## [Description of the task]
Output exactly, with nothing added, the entries from the first line through the line with "FreeCAD Python script".
────────────────────
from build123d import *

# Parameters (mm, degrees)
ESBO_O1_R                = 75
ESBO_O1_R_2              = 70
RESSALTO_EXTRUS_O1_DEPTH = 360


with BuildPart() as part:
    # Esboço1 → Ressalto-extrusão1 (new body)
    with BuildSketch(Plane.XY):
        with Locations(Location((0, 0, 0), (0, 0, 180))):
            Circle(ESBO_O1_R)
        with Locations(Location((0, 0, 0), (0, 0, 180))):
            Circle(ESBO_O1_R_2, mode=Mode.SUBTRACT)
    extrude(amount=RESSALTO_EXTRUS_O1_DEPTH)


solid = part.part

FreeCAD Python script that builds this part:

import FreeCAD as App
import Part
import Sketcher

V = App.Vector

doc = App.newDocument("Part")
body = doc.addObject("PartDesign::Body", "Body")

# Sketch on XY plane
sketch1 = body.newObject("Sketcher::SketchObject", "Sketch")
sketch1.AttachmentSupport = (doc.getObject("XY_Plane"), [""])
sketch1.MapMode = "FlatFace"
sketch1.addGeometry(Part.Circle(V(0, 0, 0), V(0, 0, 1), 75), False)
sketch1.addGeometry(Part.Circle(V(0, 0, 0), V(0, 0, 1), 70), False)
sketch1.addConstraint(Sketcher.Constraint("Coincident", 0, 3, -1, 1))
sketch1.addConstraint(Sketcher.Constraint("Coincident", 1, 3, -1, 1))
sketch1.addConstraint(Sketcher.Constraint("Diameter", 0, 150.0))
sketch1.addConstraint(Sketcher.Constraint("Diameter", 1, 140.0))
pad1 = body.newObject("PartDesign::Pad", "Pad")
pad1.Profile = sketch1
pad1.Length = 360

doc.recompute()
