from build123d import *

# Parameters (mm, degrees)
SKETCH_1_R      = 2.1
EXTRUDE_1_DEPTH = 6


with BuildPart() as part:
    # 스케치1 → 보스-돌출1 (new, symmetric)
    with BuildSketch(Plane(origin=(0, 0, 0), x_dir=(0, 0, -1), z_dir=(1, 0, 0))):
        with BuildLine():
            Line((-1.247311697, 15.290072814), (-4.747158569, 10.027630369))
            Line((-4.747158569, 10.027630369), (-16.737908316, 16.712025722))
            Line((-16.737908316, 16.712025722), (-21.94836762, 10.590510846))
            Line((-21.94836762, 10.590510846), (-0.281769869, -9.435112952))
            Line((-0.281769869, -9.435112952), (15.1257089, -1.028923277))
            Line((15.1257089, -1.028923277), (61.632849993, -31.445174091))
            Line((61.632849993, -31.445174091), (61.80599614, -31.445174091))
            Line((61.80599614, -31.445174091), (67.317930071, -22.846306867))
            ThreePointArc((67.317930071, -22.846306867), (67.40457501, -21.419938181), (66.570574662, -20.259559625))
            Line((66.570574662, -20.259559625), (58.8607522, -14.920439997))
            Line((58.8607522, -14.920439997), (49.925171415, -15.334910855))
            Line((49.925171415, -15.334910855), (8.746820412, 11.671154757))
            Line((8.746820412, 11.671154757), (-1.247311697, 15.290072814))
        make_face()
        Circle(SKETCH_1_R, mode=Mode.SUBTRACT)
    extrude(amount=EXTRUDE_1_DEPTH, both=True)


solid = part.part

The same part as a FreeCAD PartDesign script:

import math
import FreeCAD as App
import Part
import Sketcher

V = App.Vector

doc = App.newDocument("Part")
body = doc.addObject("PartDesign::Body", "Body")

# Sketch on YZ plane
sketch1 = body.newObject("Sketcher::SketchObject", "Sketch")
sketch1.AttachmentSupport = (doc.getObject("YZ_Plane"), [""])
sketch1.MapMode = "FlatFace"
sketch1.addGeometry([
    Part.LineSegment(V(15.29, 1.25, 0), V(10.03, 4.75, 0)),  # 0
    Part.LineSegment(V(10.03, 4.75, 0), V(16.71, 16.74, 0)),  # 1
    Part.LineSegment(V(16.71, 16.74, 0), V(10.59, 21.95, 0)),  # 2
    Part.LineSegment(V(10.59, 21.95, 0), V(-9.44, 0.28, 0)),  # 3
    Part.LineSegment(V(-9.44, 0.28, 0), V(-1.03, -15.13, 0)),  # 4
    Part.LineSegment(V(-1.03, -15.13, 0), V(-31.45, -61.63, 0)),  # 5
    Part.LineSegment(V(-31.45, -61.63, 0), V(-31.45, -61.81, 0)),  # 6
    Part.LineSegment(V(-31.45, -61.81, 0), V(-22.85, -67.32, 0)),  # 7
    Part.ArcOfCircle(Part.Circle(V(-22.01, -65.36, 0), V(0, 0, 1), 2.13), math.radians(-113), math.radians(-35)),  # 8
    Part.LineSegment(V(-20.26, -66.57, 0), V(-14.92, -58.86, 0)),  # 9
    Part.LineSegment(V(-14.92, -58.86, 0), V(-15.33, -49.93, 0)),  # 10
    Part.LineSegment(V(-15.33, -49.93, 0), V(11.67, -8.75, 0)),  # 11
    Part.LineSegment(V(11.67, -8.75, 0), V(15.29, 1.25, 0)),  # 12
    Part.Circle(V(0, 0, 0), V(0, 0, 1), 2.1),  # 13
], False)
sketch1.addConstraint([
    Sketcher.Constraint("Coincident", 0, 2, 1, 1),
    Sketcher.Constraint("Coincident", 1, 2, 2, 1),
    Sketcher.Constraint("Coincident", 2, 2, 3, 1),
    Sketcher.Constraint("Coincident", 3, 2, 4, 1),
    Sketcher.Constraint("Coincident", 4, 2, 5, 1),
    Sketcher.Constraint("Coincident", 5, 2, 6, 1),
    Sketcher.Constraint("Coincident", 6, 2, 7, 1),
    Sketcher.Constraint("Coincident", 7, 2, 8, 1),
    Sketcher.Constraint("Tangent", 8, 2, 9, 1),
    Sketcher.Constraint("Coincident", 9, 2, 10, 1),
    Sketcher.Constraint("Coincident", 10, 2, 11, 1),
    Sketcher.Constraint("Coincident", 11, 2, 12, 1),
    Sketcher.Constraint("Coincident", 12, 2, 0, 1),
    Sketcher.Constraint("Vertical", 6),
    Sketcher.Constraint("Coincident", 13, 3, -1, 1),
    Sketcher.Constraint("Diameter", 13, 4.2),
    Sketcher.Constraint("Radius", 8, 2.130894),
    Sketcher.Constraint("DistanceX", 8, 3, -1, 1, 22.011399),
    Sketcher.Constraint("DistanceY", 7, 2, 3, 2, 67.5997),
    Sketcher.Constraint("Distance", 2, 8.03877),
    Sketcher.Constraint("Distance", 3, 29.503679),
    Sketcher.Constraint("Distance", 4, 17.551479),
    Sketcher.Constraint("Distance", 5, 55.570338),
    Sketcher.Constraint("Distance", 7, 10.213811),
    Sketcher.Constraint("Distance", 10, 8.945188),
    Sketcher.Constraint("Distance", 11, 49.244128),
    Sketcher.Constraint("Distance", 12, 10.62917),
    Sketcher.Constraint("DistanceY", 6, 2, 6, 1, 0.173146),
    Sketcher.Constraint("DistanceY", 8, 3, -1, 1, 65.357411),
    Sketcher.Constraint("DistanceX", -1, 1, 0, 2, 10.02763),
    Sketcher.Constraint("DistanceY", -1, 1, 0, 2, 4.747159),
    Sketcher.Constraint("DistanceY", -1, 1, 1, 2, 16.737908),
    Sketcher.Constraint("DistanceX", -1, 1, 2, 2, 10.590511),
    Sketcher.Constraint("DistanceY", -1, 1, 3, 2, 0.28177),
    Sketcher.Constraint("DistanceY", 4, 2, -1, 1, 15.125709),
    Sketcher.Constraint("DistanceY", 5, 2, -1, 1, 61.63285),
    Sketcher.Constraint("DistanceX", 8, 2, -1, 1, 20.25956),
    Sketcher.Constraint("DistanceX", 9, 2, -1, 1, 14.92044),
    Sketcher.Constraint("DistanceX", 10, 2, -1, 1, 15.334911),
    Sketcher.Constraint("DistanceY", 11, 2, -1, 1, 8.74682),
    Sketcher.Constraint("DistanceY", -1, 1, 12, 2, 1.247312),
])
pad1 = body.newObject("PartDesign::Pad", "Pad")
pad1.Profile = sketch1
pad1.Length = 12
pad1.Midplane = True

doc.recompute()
────────────────────
## [Result of this task]
from build123d import *

# Parameters (mm, degrees)
ESBO_O1_R                = 75
ESBO_O1_R_2              = 70
RESSALTO_EXTRUS_O1_DEPTH = 360


with BuildPart() as part:
    # Esboço1 → Ressalto-extrusão1 (new body)
    with BuildSketch(Plane.XY):
        with Locations(Location((0, 0, 0), (0, 0, 180))):
            Circle(ESBO_O1_R)
        with Locations(Location((0, 0, 0), (0, 0, 180))):
            Circle(ESBO_O1_R_2, mode=Mode.SUBTRACT)
    extrude(amount=RESSALTO_EXTRUS_O1_DEPTH)


solid = part.part

FreeCAD Python script that builds this part:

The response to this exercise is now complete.